### EXERCISE REQUIREMENTS
Beneath this task are records; print exactly the stretch of them from the line with "f 43 45 281" through the line with "0), (11.0236, -242.7516324276))", both ends included.

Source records
* * * * *

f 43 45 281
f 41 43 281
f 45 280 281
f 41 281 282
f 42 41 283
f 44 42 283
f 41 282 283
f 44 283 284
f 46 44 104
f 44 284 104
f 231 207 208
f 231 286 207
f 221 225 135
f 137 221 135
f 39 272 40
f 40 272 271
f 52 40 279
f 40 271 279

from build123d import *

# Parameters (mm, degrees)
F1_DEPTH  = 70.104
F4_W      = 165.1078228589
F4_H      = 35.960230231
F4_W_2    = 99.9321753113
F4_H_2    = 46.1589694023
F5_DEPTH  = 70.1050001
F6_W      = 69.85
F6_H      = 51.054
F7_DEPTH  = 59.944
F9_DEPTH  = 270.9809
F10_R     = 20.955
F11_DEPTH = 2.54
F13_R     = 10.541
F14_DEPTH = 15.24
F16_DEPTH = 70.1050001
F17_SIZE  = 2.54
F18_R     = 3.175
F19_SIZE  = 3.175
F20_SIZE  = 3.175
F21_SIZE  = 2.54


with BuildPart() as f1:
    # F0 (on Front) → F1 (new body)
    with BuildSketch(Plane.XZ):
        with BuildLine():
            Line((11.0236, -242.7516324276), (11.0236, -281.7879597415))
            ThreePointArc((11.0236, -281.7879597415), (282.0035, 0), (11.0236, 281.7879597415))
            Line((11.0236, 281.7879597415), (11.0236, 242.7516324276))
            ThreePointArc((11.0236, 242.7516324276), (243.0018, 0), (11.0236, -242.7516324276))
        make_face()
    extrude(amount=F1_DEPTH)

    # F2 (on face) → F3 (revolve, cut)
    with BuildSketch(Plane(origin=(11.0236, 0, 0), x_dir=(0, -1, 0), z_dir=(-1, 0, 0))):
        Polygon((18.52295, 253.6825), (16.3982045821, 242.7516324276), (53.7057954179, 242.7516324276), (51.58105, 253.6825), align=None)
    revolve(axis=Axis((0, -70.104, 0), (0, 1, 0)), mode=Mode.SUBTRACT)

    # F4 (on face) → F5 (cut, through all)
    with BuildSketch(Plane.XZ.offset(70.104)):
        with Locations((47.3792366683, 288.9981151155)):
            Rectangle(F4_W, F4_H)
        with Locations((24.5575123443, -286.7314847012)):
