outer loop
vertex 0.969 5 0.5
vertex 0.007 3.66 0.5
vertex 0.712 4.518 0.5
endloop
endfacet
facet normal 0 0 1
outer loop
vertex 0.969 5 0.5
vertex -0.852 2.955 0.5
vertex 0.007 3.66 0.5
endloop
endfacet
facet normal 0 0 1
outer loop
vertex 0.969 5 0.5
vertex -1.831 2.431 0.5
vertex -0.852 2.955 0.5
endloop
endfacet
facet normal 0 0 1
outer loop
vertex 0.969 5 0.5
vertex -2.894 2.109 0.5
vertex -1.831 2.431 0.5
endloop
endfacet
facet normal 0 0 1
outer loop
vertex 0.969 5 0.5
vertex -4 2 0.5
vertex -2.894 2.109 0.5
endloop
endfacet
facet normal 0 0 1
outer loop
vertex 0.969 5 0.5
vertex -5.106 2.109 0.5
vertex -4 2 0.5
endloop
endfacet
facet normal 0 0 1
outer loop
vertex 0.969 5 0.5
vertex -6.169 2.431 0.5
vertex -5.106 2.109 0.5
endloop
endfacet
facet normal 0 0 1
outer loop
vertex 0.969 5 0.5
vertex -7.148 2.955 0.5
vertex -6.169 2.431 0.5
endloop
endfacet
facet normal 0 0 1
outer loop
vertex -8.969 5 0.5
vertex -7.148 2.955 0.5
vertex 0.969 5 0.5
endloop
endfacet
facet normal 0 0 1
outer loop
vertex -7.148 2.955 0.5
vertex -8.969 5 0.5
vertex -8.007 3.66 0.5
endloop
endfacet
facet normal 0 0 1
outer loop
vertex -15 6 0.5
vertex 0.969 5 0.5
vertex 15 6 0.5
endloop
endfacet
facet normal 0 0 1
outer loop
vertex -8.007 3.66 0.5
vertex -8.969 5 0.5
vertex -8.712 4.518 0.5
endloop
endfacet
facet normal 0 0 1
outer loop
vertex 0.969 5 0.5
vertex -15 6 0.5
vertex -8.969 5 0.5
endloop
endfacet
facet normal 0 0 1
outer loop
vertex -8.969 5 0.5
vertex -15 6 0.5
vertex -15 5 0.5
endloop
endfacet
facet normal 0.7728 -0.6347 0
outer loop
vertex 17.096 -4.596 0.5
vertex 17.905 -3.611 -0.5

* * * * *

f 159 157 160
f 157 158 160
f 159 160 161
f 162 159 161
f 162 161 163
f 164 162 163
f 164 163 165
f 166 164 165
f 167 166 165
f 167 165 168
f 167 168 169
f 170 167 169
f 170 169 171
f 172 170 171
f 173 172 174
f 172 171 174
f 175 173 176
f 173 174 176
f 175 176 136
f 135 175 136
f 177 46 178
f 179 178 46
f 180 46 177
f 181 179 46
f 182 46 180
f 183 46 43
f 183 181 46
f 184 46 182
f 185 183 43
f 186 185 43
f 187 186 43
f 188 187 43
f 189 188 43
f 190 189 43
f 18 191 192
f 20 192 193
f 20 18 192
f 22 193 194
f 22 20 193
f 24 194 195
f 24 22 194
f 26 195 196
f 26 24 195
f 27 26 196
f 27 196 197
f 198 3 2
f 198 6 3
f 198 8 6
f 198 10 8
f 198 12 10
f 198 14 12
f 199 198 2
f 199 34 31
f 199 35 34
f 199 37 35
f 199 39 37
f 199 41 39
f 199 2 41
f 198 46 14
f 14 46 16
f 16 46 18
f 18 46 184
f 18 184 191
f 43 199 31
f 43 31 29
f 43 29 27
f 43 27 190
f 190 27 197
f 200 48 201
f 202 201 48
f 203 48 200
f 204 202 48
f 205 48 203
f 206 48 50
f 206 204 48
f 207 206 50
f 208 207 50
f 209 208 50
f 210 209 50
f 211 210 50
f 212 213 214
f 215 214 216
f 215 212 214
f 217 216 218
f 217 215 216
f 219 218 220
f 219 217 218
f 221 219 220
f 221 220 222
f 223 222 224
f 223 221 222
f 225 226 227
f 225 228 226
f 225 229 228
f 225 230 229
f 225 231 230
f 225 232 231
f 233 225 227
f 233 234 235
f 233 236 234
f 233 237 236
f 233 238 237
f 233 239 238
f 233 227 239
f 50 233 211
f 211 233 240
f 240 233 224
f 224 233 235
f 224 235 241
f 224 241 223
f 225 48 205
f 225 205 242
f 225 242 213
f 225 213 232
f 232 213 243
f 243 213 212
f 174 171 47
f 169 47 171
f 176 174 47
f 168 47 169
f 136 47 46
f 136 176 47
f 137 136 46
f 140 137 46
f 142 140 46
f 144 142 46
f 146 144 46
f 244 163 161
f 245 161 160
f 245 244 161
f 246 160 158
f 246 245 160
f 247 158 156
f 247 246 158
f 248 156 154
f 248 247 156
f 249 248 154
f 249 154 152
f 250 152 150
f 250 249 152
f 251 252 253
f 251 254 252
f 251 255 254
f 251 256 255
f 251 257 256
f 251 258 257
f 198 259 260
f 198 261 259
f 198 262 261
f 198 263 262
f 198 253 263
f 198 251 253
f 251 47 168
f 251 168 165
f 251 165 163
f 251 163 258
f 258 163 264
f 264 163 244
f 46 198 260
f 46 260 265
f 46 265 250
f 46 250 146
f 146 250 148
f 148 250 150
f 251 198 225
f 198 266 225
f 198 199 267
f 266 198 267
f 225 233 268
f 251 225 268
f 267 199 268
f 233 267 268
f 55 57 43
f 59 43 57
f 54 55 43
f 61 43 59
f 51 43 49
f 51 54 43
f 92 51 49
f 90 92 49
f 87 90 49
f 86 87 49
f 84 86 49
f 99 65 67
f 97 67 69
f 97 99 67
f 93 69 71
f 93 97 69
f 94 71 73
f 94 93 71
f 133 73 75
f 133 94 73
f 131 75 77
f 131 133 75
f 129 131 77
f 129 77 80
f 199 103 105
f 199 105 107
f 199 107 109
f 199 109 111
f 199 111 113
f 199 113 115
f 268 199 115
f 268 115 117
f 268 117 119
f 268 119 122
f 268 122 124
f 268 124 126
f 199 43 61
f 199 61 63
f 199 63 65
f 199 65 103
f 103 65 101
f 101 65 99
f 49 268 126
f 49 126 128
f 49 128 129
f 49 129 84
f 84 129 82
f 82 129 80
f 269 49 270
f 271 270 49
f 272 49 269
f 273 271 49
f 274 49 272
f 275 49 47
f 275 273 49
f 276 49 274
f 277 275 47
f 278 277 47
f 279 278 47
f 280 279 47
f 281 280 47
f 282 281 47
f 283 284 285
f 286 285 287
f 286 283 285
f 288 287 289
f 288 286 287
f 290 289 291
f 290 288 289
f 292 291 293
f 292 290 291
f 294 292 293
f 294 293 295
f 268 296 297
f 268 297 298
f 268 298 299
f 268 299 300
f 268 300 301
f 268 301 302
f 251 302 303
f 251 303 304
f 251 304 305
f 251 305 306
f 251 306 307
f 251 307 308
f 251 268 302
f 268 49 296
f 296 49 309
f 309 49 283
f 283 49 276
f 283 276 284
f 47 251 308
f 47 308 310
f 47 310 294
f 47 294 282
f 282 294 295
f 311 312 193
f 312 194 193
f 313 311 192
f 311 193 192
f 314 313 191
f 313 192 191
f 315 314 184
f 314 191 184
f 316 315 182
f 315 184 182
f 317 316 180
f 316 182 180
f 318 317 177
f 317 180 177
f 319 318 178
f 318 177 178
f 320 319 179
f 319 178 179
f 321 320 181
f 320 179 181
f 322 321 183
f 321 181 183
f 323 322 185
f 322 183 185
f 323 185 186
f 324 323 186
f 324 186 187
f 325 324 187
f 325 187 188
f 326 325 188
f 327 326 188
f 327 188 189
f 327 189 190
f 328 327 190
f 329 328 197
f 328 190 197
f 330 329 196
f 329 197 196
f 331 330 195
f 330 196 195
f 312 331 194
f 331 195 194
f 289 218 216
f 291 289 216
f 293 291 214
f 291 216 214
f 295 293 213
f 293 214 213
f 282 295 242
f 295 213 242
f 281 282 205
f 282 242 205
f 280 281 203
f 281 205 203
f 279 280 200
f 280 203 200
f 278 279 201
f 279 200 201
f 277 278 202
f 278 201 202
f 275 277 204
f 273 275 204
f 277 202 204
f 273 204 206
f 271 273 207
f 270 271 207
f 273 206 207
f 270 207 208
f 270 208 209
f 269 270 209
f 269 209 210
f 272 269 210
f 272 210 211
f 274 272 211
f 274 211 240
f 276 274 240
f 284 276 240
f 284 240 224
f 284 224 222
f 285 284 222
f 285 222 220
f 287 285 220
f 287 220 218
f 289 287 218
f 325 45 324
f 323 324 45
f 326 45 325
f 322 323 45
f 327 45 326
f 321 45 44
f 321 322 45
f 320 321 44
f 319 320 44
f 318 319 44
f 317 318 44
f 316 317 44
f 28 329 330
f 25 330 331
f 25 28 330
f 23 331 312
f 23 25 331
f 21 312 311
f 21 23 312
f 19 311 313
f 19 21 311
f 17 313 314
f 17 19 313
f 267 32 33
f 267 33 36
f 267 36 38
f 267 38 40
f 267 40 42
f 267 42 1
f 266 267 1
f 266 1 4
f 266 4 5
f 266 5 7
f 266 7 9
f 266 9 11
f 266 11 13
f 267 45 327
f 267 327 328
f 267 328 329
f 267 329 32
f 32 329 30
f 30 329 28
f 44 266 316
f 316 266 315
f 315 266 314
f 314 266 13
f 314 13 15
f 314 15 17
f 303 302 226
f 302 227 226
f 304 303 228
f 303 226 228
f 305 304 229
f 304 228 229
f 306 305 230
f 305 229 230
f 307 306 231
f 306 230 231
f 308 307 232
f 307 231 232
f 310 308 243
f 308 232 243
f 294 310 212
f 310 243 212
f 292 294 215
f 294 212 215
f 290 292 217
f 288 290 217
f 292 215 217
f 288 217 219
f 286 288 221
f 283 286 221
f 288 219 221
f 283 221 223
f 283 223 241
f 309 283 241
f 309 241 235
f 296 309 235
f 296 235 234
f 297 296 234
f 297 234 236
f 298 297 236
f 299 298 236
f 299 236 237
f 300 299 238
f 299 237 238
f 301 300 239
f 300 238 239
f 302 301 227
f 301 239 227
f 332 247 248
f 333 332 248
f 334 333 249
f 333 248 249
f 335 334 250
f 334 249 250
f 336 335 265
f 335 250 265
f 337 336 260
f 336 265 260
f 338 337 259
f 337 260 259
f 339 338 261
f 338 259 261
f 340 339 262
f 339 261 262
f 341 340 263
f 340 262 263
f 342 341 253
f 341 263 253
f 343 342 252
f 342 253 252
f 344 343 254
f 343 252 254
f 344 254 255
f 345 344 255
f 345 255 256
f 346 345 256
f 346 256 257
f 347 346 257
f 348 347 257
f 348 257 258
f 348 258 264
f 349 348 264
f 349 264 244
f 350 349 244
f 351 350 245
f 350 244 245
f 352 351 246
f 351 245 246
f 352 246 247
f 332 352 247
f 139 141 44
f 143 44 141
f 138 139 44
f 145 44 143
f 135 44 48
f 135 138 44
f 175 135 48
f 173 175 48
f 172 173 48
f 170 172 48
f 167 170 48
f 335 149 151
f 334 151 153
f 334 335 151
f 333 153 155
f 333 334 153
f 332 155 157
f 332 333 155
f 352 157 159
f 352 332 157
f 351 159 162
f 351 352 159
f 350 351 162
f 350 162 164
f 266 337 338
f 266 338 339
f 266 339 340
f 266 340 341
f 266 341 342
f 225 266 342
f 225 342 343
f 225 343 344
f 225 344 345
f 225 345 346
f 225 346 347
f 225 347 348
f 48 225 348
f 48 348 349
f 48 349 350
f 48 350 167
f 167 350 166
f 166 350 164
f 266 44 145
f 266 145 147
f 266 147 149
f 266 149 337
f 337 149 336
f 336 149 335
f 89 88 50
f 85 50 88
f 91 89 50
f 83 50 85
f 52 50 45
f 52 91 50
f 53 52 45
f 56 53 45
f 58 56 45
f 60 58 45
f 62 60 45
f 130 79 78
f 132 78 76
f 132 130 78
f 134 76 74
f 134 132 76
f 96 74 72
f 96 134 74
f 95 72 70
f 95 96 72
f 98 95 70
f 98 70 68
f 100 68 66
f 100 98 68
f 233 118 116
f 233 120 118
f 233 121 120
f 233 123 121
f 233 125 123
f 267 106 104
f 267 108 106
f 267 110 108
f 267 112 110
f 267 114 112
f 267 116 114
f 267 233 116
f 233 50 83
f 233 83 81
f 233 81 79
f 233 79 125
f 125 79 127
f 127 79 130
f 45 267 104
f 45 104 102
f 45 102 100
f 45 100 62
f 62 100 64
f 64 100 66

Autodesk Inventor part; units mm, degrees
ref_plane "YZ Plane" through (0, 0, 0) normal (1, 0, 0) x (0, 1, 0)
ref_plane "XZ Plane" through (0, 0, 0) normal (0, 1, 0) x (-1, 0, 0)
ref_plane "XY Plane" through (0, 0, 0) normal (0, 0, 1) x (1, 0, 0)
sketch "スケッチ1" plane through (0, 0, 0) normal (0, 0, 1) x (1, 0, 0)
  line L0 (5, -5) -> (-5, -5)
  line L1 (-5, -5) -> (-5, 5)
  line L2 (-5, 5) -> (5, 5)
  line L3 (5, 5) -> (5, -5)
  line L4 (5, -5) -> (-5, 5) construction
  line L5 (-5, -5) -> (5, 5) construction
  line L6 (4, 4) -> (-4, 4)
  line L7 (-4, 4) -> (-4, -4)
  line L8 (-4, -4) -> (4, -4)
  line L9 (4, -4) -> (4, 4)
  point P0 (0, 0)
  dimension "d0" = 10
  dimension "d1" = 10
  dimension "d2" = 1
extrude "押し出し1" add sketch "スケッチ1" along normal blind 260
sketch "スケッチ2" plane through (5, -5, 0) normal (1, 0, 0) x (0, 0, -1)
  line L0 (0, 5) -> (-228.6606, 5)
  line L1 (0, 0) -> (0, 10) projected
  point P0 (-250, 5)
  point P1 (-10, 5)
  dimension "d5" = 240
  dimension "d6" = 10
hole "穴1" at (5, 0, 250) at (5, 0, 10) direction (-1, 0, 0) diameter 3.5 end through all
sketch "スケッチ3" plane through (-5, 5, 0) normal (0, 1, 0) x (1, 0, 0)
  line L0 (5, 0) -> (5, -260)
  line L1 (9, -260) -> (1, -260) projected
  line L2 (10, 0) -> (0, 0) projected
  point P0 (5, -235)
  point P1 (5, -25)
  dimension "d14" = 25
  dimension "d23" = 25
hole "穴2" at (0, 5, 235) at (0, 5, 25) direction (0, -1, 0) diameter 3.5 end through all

* * * * *

### TASK RESPONSE
f 43 45 281
f 41 43 281
f 45 280 281
f 41 281 282
f 42 41 283
f 44 42 283
f 41 282 283
f 44 283 284
f 46 44 104
f 44 284 104
f 231 207 208
f 231 286 207
f 221 225 135
f 137 221 135
f 39 272 40
f 40 272 271
f 52 40 279
f 40 271 279

from build123d import *

# Parameters (mm, degrees)
F1_DEPTH  = 70.104
F4_W      = 165.1078228589
F4_H      = 35.960230231
F4_W_2    = 99.9321753113
F4_H_2    = 46.1589694023
F5_DEPTH  = 70.1050001
F6_W      = 69.85
F6_H      = 51.054
F7_DEPTH  = 59.944
F9_DEPTH  = 270.9809
F10_R     = 20.955
F11_DEPTH = 2.54
F13_R     = 10.541
F14_DEPTH = 15.24
F16_DEPTH = 70.1050001
F17_SIZE  = 2.54
F18_R     = 3.175
F19_SIZE  = 3.175
F20_SIZE  = 3.175
F21_SIZE  = 2.54


with BuildPart() as f1:
    # F0 (on Front) → F1 (new body)
    with BuildSketch(Plane.XZ):
        with BuildLine():
            Line((11.0236, -242.7516324276), (11.0236, -281.7879597415))
            ThreePointArc((11.0236, -281.7879597415), (282.0035, 0), (11.0236, 281.7879597415))
            Line((11.0236, 281.7879597415), (11.0236, 242.7516324276))
            ThreePointArc((11.0236, 242.7516324276), (243.0018, 0), (11.0236, -242.7516324276))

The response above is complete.